Say how many lines in the entries below mention "that", with no other words.

START Given data

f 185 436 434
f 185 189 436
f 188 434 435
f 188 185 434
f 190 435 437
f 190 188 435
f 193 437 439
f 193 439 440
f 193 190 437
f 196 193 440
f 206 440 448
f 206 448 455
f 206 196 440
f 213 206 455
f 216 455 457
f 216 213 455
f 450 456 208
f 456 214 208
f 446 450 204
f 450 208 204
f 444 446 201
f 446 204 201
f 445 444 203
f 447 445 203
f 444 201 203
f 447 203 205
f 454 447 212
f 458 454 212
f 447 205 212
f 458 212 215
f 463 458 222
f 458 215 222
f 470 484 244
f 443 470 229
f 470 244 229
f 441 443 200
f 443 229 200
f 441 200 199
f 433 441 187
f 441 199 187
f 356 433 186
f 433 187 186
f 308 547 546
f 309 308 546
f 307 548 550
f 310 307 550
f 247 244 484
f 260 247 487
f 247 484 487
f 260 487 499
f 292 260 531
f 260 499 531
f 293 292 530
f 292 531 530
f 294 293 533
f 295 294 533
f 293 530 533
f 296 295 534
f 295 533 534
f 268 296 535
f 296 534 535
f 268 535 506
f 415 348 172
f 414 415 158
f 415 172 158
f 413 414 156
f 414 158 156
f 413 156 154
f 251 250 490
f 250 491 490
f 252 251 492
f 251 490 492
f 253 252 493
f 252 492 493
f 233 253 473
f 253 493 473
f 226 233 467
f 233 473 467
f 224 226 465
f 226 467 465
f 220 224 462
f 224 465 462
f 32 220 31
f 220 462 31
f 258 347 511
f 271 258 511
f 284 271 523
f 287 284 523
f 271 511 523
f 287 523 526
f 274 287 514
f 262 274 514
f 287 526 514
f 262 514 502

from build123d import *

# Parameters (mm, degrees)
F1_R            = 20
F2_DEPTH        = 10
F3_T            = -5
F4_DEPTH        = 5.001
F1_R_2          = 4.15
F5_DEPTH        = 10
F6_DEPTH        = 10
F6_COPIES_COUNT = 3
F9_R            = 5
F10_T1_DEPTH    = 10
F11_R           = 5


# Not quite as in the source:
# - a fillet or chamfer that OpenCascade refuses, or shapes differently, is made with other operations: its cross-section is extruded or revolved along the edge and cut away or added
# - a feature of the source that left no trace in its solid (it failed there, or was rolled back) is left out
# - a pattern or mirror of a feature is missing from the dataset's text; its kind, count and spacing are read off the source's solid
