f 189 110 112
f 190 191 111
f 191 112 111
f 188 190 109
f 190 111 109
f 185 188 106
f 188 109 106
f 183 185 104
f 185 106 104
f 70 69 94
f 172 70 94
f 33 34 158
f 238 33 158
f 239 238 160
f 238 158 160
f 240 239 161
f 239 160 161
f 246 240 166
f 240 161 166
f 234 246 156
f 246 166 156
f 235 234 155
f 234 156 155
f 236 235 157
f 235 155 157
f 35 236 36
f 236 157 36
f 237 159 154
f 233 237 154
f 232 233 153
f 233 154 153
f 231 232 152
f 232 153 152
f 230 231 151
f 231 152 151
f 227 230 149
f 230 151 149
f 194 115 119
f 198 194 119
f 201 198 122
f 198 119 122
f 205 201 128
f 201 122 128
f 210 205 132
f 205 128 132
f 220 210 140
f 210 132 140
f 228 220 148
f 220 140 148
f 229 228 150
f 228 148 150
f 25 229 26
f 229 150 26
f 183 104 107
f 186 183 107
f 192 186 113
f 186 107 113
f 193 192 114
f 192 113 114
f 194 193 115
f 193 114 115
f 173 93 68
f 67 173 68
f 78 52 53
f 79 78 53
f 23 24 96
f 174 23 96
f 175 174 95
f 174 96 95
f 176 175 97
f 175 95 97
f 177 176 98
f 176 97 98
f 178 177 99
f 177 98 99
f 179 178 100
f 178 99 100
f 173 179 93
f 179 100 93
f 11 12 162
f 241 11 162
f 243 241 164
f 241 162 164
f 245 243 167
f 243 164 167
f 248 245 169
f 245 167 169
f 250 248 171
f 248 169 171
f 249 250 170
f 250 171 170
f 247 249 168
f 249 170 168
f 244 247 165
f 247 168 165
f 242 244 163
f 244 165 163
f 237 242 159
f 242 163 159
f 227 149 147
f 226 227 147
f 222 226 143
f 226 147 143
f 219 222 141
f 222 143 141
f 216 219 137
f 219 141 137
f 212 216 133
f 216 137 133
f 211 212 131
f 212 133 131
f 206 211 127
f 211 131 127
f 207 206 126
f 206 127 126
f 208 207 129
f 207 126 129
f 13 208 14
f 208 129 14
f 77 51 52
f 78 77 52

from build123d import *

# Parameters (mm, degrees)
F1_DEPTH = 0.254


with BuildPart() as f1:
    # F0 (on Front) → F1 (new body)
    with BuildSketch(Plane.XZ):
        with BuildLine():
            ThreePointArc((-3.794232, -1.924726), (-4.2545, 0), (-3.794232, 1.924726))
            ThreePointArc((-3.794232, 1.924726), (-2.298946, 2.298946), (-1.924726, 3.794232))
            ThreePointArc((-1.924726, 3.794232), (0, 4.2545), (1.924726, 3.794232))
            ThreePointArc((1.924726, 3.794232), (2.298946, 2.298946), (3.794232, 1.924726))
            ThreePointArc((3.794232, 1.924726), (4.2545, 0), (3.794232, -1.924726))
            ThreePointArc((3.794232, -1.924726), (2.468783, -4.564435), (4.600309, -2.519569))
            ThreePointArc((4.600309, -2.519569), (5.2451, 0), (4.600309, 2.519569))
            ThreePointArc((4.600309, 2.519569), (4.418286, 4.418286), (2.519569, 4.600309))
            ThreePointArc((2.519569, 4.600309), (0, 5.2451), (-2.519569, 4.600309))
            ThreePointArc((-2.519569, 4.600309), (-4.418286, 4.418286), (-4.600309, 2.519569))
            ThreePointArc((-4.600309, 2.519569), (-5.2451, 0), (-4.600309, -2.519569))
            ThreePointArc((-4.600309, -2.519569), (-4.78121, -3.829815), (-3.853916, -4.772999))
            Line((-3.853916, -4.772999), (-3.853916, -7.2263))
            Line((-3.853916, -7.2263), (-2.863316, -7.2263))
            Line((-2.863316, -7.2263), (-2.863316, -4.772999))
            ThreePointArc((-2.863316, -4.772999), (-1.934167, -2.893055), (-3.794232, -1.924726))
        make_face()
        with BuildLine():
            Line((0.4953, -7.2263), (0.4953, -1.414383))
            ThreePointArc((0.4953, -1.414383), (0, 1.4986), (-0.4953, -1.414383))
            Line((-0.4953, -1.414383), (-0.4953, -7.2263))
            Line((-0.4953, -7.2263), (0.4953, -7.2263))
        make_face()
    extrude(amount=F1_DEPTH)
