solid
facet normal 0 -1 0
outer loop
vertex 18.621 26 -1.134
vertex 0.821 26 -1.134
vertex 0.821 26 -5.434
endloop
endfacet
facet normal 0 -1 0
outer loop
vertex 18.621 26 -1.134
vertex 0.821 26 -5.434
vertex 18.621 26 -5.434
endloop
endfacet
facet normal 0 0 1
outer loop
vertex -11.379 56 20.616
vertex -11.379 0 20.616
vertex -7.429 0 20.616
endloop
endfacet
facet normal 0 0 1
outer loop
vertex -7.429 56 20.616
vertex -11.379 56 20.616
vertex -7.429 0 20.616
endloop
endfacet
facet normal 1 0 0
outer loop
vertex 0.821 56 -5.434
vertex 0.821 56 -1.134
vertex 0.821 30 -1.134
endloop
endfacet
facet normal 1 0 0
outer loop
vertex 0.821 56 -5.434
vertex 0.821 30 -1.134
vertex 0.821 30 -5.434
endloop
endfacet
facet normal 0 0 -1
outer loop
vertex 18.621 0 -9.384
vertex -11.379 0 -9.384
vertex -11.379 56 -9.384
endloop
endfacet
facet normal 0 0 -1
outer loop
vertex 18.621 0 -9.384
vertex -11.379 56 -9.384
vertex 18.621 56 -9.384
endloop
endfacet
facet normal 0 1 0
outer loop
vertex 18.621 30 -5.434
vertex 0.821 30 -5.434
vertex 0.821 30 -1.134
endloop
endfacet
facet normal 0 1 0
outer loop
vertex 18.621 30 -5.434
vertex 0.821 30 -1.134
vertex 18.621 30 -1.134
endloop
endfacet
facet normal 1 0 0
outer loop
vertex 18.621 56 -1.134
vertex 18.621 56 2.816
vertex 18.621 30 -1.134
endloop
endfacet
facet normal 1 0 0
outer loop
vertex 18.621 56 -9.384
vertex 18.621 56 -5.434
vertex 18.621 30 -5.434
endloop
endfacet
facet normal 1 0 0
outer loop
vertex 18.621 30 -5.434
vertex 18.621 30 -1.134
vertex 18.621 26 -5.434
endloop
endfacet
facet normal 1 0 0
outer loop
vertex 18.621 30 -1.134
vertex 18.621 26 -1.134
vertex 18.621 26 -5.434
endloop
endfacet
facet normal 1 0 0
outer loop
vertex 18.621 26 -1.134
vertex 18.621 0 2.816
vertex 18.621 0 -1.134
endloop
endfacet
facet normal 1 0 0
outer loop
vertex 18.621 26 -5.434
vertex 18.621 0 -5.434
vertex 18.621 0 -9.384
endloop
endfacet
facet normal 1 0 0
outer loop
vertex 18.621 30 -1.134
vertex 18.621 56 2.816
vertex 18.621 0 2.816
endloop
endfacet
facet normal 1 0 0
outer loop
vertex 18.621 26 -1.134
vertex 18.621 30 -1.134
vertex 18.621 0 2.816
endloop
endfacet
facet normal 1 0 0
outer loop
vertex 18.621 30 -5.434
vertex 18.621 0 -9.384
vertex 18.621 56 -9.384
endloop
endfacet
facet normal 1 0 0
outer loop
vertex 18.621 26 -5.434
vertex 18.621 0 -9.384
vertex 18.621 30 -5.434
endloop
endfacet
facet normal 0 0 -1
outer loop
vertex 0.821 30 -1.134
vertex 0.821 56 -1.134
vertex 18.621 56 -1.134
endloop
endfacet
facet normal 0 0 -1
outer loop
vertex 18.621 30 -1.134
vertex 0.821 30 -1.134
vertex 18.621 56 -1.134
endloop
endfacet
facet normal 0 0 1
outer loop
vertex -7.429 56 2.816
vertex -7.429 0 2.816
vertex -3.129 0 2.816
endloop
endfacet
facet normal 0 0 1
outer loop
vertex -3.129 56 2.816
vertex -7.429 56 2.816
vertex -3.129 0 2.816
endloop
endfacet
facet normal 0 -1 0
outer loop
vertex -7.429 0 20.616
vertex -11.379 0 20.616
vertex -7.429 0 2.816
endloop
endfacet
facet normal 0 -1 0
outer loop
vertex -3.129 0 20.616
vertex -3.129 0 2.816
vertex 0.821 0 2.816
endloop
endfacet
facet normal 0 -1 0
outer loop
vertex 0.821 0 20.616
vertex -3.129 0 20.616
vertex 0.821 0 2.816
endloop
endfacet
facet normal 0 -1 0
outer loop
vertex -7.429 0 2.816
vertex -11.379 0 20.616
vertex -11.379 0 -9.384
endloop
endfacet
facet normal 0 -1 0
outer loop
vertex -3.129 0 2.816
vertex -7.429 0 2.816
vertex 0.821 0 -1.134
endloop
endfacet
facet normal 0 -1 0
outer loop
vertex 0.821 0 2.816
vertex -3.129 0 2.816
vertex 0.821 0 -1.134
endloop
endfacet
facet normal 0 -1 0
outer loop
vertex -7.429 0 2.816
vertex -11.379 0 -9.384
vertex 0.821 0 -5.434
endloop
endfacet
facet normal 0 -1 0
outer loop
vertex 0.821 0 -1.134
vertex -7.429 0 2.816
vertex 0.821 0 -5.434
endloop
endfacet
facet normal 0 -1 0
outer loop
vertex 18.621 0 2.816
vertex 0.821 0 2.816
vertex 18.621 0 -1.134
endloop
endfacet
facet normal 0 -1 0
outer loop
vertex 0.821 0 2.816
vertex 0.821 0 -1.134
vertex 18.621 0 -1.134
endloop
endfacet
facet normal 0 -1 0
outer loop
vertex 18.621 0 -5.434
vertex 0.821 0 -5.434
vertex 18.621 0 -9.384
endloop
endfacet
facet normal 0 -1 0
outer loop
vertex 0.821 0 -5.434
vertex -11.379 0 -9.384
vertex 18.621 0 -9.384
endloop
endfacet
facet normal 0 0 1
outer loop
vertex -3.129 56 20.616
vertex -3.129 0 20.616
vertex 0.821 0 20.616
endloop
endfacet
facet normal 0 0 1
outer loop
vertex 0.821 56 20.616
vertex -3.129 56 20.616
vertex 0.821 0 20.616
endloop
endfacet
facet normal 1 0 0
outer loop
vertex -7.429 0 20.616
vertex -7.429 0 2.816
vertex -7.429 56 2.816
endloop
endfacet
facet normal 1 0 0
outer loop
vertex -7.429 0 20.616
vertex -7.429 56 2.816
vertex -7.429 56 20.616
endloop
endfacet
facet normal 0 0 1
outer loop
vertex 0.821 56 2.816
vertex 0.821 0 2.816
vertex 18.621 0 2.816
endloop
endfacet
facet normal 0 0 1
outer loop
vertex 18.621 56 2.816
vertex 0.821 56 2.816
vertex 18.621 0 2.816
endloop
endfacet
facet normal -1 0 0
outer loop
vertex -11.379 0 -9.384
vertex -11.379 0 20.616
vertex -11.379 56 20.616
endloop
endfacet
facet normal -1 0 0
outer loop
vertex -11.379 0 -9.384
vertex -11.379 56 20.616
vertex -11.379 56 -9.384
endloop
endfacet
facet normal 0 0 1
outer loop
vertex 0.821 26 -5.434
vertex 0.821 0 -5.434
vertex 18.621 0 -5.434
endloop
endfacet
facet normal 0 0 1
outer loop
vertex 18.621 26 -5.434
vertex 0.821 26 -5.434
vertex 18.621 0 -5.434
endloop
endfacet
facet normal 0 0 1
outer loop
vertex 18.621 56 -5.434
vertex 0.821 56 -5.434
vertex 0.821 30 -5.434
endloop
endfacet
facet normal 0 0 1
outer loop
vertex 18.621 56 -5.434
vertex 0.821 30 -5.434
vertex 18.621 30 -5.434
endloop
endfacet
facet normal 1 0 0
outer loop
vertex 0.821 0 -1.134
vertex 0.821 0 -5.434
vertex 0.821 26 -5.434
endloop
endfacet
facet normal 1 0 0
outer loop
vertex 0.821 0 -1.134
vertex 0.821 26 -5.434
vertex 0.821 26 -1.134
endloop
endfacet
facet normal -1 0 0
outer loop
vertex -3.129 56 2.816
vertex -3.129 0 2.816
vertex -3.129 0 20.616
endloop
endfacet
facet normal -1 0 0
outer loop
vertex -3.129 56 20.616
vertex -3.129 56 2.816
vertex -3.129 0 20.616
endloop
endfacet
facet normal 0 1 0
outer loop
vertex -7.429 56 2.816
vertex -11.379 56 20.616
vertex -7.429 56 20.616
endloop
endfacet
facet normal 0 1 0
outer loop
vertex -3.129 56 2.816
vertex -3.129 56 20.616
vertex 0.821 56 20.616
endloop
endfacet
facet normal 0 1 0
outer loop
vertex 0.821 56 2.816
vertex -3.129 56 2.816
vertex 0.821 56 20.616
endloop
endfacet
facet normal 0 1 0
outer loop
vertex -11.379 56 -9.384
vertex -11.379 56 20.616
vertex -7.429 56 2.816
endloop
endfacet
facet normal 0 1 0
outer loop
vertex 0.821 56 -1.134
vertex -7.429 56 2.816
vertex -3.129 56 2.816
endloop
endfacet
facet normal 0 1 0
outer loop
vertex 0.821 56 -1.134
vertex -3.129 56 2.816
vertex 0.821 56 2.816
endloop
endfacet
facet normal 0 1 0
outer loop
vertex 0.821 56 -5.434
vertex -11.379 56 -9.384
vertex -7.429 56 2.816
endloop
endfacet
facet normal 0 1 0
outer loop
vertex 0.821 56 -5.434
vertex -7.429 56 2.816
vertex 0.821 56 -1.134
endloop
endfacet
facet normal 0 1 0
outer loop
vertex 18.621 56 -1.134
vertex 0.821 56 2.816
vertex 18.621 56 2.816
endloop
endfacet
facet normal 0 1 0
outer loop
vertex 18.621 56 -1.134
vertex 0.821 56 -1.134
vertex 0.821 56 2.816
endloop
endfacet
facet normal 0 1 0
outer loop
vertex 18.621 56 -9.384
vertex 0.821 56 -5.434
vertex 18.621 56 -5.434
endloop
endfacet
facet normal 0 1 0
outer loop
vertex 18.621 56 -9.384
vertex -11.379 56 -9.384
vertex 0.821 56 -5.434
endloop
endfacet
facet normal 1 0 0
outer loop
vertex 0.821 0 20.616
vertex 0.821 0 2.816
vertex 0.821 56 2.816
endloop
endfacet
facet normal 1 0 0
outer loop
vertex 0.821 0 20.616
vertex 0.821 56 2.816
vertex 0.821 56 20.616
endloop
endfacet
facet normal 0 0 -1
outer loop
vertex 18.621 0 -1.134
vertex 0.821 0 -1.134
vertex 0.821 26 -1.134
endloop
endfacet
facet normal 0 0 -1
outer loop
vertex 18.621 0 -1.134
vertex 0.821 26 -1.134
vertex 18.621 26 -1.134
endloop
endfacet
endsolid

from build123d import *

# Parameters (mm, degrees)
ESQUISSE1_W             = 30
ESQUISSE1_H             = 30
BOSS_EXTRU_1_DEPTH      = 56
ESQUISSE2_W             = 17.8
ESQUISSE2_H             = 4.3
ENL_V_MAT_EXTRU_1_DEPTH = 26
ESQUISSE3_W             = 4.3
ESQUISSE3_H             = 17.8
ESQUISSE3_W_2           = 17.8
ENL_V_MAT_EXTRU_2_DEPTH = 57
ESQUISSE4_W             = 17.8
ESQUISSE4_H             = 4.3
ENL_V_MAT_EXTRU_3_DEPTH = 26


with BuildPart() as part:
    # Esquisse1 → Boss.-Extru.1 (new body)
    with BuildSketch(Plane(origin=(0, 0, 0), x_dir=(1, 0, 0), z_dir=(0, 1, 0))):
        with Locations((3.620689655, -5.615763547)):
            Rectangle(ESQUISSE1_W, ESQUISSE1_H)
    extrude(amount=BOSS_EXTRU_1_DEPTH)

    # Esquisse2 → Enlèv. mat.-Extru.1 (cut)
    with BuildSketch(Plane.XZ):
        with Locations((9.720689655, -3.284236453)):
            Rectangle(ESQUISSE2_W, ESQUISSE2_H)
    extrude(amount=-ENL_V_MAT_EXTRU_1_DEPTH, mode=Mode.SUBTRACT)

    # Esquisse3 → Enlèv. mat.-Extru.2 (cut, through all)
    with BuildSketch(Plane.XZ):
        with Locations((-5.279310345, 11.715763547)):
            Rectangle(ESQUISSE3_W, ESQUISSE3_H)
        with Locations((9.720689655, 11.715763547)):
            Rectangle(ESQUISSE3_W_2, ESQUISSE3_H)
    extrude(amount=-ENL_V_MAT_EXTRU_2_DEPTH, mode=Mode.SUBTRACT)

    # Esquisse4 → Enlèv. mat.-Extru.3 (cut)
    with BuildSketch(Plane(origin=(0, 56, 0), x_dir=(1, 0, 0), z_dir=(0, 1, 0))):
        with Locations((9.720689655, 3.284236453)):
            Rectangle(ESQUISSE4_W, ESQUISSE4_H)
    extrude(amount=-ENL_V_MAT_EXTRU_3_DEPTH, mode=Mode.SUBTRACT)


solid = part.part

END Given data

> _Solution for this task_
2